▸ RECORDED DATA:
++++++++
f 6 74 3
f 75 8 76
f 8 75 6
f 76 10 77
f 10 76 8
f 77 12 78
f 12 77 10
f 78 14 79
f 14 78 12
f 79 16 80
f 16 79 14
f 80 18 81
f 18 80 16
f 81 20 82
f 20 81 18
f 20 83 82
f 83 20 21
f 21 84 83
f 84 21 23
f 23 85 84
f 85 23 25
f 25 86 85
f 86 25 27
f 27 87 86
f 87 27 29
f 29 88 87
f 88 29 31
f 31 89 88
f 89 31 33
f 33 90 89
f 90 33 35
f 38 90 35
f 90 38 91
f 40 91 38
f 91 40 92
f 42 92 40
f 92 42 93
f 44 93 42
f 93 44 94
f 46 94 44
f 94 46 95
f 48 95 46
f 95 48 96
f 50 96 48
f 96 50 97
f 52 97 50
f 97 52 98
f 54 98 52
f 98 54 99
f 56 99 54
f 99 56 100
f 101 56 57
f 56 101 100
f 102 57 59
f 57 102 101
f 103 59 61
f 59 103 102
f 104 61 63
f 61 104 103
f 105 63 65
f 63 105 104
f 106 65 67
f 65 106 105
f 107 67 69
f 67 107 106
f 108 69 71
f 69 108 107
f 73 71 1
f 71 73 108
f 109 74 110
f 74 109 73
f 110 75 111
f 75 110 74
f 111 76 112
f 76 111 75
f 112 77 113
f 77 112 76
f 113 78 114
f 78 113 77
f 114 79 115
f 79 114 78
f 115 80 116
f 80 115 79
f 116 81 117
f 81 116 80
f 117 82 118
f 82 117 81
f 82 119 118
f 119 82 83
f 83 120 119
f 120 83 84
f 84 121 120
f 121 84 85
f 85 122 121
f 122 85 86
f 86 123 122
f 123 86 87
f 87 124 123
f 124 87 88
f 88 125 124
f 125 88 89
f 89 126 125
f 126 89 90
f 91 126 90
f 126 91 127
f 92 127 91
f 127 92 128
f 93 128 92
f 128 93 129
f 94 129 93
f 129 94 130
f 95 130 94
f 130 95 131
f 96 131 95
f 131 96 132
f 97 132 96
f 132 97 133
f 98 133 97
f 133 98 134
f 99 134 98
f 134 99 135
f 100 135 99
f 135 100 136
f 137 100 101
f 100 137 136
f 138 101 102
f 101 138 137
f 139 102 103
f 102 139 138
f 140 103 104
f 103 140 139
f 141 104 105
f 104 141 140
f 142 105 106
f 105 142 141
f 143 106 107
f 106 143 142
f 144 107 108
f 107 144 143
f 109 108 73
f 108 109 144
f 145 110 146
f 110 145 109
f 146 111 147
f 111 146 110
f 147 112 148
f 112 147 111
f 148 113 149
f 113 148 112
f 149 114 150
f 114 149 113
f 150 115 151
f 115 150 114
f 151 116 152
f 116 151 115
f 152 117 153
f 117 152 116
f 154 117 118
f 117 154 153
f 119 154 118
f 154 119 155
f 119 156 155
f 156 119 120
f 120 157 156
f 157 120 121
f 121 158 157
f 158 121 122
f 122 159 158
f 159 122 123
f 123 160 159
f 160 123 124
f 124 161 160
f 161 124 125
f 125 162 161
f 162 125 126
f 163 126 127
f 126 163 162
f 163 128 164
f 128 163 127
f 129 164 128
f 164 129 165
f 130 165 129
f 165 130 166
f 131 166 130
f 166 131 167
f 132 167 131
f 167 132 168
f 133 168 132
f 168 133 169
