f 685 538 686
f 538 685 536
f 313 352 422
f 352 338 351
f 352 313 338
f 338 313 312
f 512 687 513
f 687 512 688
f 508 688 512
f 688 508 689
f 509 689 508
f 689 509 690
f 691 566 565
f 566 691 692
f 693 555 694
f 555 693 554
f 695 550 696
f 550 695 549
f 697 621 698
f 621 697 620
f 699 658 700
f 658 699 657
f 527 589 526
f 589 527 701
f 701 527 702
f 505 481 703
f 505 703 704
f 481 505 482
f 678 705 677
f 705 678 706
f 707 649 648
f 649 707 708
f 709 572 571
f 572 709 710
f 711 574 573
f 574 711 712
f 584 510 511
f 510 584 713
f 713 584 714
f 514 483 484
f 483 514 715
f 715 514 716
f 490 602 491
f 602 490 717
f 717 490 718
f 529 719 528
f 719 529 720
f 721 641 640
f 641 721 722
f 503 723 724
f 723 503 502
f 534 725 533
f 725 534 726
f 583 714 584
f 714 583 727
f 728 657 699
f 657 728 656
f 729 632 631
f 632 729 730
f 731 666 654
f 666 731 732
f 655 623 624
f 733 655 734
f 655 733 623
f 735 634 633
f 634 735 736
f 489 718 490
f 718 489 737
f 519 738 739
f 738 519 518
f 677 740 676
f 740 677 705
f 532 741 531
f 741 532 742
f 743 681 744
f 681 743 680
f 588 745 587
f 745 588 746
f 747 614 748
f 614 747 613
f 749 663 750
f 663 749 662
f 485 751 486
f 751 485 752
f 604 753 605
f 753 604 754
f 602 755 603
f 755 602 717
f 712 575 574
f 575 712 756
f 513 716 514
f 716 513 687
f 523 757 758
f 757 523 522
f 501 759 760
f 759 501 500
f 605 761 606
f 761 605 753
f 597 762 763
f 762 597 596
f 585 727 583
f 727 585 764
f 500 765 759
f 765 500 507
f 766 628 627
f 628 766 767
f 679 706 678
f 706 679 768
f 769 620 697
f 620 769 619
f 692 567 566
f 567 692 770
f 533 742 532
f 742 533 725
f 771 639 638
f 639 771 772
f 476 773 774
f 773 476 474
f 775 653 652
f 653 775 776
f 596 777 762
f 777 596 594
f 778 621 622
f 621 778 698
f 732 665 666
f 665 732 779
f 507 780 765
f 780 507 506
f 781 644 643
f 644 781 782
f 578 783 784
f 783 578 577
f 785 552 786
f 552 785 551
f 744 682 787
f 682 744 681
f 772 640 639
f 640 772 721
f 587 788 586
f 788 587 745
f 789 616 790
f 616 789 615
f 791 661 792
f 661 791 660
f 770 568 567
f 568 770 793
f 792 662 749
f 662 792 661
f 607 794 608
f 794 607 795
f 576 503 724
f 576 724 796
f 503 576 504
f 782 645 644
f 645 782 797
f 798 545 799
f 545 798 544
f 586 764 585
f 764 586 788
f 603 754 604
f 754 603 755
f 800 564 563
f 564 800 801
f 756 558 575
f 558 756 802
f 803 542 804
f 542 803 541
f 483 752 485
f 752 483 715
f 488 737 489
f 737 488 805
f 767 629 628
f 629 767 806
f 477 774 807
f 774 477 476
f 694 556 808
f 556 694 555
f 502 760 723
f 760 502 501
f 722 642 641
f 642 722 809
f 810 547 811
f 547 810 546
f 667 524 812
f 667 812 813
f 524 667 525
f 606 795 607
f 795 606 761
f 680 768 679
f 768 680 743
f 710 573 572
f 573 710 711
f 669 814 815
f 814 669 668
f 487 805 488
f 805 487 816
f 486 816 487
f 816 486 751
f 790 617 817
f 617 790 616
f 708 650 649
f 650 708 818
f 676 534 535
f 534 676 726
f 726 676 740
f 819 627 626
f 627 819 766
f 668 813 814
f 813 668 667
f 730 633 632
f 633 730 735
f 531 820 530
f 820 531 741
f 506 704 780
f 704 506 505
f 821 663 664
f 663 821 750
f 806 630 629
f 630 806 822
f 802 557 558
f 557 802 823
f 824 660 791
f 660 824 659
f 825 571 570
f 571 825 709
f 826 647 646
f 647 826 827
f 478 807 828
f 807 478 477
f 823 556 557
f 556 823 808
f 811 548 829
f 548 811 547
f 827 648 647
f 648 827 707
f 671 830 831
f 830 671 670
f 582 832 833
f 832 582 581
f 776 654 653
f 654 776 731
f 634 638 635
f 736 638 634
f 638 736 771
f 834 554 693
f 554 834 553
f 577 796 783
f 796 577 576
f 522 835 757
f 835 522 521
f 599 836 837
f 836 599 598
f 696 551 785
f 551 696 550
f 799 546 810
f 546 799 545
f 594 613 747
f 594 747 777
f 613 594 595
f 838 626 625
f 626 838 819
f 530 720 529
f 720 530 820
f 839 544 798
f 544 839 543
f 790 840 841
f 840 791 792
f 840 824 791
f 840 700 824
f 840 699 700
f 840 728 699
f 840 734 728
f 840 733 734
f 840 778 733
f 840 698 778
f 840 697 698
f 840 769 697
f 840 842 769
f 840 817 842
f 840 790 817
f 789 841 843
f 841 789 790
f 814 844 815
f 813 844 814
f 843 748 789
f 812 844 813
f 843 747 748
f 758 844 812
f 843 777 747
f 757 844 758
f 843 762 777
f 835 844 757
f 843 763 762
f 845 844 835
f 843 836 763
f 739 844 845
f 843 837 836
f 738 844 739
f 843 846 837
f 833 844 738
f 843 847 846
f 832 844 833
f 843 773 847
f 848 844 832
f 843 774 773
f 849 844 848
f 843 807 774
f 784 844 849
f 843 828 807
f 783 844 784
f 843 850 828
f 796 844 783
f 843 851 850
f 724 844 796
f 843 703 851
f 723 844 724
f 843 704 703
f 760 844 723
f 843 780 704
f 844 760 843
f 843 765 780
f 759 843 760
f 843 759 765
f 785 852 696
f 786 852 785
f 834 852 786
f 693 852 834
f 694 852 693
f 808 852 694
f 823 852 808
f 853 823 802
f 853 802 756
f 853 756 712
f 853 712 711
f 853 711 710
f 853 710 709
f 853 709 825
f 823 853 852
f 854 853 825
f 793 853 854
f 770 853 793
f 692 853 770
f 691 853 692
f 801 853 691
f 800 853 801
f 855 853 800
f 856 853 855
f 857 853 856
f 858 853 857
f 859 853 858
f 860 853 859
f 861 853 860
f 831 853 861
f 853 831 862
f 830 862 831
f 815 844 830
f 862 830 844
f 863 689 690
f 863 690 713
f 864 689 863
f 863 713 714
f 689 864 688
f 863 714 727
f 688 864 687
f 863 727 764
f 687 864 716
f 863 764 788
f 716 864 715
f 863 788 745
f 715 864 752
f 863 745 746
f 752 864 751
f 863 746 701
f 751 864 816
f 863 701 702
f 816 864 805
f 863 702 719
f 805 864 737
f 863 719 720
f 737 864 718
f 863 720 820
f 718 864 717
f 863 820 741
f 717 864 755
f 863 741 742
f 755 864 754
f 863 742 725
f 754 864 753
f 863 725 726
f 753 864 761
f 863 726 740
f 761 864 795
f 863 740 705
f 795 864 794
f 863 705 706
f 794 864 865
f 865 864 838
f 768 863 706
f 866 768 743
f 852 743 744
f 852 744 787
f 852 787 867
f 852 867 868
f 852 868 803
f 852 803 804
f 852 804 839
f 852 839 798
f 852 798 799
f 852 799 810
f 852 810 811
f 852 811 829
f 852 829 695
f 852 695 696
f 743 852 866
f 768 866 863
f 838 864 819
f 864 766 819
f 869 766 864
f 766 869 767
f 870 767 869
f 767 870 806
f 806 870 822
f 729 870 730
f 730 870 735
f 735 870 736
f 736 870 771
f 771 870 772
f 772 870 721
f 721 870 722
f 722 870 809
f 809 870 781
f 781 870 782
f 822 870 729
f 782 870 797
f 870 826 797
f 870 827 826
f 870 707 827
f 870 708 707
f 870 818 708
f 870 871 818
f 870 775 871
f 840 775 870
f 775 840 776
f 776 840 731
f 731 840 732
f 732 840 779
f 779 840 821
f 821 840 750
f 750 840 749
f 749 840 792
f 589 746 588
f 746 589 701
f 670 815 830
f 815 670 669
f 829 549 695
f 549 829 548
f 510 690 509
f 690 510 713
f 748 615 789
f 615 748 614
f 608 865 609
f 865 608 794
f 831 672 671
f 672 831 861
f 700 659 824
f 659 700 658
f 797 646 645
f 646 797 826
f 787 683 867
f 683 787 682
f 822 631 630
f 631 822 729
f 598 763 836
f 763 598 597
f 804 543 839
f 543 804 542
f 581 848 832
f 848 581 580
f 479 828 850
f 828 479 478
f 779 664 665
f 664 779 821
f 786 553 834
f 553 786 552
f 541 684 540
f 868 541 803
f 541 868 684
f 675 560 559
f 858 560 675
++++++++
▸ PROBLEM TO WORK ON:
In the listing above, find the line containing "f 553 786 552", then reproduce it and each line after it through the end, exactly and with nothing added.

▸ SOLUTION TO THE EXERCISE:
f 553 786 552
f 541 684 540
f 868 541 803
f 541 868 684
f 675 560 559
f 858 560 675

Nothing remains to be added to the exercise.